Consider the four triangles with vertices at centre of sphere; contact of sphere with facet plane; meet of facet plane with vertical line. These are similar, so congruent. Now divide each by a horizontal perpendicular from contact point to vertical line. The corresponding smaller triangles are congruent. Therefore their vertical sides are equal, so their horizontal edges lie in the same horizontal plane, and the contact points are coplanar. An alternative algebraic proof computes the radius, which turns out to be infinite --- would that be more convincing? On reflection, it might be easier to describe in plaintext! WFL On 4/7/16, Andy Latto <andy.latto@pobox.com> wrote:
On Wed, Apr 6, 2016 at 10:21 PM, Fred Lunnon <fred.lunnon@gmail.com> wrote:
By symmetry, the centre of your sphere lies on the "bi-altitude" line joining the mid-points of near and far tetrahedron edges: choose this line as our vertical. All four planes lie at the same angle to the it, therefore their points of tangency to the sphere all lie on the same horizontal plane.

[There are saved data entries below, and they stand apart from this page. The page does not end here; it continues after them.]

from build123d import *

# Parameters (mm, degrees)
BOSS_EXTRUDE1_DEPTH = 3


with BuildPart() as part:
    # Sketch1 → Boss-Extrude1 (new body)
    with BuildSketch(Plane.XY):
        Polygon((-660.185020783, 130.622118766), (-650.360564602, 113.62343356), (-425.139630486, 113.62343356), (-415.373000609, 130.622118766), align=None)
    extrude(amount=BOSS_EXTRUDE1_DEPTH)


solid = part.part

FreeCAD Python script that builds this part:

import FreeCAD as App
import Part
import Sketcher

V = App.Vector
Q = App.Units.Quantity


def add_polygon(sketch, points):
    """Adds a closed chain of lines whose ends are joined by coincident constraints."""
    first, n = sketch.GeometryCount, len(points)
    for a, b in zip(points, points[1:] + points[:1]):
        sketch.addGeometry(Part.LineSegment(App.Vector(*a, 0), App.Vector(*b, 0)), False)
    for i in range(n):
        sketch.addConstraint(Sketcher.Constraint("Coincident", first + i, 2, first + (i + 1) % n, 1))

doc = App.newDocument("Part")
body = doc.addObject("PartDesign::Body", "Body")

sketch1 = body.newObject("Sketcher::SketchObject", "Sketch")
sketch1.AttachmentSupport = (doc.getObject("XY_Plane"), [""])
sketch1.MapMode = "FlatFace"
add_polygon(sketch1, [(-660.185021, 130.622119), (-650.360565, 113.623434), (-425.13963, 113.623434), (-415.373001, 130.622119)])
sketch1.addConstraint(Sketcher.Constraint("Horizontal", 1))
sketch1.addConstraint(Sketcher.Constraint("Horizontal", 3))
sketch1.addConstraint(Sketcher.Constraint("DistanceX", 2, 2, -1, 1, Q("415.373001 mm")))
sketch1.addConstraint(Sketcher.Constraint("DistanceX", 3, 2, 3, 1, Q("244.81202 mm")))
sketch1.addConstraint(Sketcher.Constraint("Distance", 2, Q("19.604651 mm")))
sketch1.addConstraint(Sketcher.Constraint("DistanceX", 1, 1, 1, 2, Q("225.220934 mm")))
sketch1.addConstraint(Sketcher.Constraint("DistanceX", 1, 2, -1, 1, Q("425.13963 mm")))
sketch1.addConstraint(Sketcher.Constraint("DistanceY", -1, 1, 2, 2, Q("130.622119 mm")))
pad1 = body.newObject("PartDesign::Pad", "Pad")
pad1.Profile = sketch1
pad1.Length = 3

doc.recompute()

I don't see why this follows. If you translated one of the planes "upwards", it would stil remain at the same angle to the vertical line, but the point of tangency would change.

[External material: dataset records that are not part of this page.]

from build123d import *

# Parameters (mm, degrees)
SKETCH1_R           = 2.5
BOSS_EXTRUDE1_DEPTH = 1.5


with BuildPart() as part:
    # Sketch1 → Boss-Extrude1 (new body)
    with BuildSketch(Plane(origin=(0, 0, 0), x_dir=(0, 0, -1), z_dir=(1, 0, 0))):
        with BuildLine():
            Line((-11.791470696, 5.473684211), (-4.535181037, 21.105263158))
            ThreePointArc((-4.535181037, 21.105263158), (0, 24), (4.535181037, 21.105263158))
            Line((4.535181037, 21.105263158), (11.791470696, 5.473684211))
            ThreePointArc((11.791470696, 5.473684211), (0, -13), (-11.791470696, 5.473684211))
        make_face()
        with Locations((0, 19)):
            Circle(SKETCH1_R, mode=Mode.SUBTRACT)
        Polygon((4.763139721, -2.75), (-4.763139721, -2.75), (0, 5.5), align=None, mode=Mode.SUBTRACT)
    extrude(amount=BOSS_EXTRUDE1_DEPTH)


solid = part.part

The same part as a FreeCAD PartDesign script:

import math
import FreeCAD as App
import Part
import Sketcher
from FreeCAD import Vector
Q = App.Units.Quantity

doc = App.newDocument("Part")
body = doc.addObject("PartDesign::Body", "Body")

# Sketch on YZ plane
sketch1 = body.newObject("Sketcher::SketchObject", "Sketch")
sketch1.AttachmentSupport = (doc.getObject("YZ_Plane"), [""])
sketch1.MapMode = "FlatFace"
sketch1.addGeometry(Part.LineSegment(Vector(21.1, 4.5, 0), Vector(5.5, 11.8, 0)), False)
sketch1.addGeometry(Part.ArcOfCircle(Part.Circle(Vector(0, 0, 0), Vector(0, 0, 1), 13), math.radians(65), math.radians(295)), False)
sketch1.addGeometry(Part.LineSegment(Vector(5.5, -11.8, 0), Vector(21.1, -4.5, 0)), False)
sketch1.addGeometry(Part.ArcOfCircle(Part.Circle(Vector(19, 0, 0), Vector(0, 0, 1), 5), math.radians(-65), math.radians(65)), False)
sketch1.addGeometry(Part.LineSegment(Vector(-2.8, -4.8, 0), Vector(-2.8, 4.8, 0)), False)
sketch1.addGeometry(Part.LineSegment(Vector(-2.8, 4.8, 0), Vector(5.5, 0, 0)), False)
sketch1.addGeometry(Part.LineSegment(Vector(5.5, 0, 0), Vector(-2.8, -4.8, 0)), False)
sketch1.addGeometry(Part.Circle(Vector(19, 0, 0), Vector(0, 0, 1), 2.5), False)
sketch1.addConstraint(Sketcher.Constraint("Tangent", 0, 2, 1, 1))
sketch1.addConstraint(Sketcher.Constraint("Tangent", 1, 2, 2, 1))
sketch1.addConstraint(Sketcher.Constraint("Tangent", 2, 2, 3, 1))
sketch1.addConstraint(Sketcher.Constraint("Tangent", 3, 2, 0, 1))
sketch1.addConstraint(Sketcher.Constraint("Coincident", 4, 2, 5, 1))
sketch1.addConstraint(Sketcher.Constraint("Coincident", 5, 2, 6, 1))
sketch1.addConstraint(Sketcher.Constraint("Coincident", 6, 2, 4, 1))
sketch1.addConstraint(Sketcher.Constraint("Vertical", 4))
sketch1.addConstraint(Sketcher.Constraint("Coincident", 1, 3, -1, 1))
sketch1.addConstraint(Sketcher.Constraint("Coincident", 7, 3, 3, 3))
sketch1.addConstraint(Sketcher.Constraint("PointOnObject", 3, 3, -1))
sketch1.addConstraint(Sketcher.Constraint("PointOnObject", 5, 2, -1))
sketch1.addConstraint(Sketcher.Constraint("Equal", 5, 6))
sketch1.addConstraint(Sketcher.Constraint("Diameter", 7, Q("5 mm")))
sketch1.addConstraint(Sketcher.Constraint("Radius", 1, Q("13 mm")))
sketch1.addConstraint(Sketcher.Constraint("Radius", 3, Q("5 mm")))
sketch1.addConstraint(Sketcher.Constraint("Angle", 5, Q("-30 deg")))
sketch1.addConstraint(Sketcher.Constraint("DistanceX", -1, 1, 3, 3, Q("19 mm")))
sketch1.addConstraint(Sketcher.Constraint("DistanceX", -1, 1, 5, 2, Q("5.5 mm")))
sketch1.addConstraint(Sketcher.Constraint("DistanceX", 4, 2, -1, 1, Q("2.75 mm")))
pad1 = body.newObject("PartDesign::Pad", "Pad")
pad1.Profile = sketch1
pad1.Length = 1.5

doc.recompute()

Or to put it another way, two of the planes intersect our vertical line at one, lower, point, and two intersect it at a different, higher, point. So there is no symmetry that says that the points of tangency should have the same z-coordinate.
Or to put it a third way, the same proof shows there is no sphere inside the tetrahedron tangent to all four planes, and the fallacy is in the assertion that all four points of tangency lie in the same horizontal plane.
I think your claim is true, but your proof seems faulty, and I'm having trouble patching it up.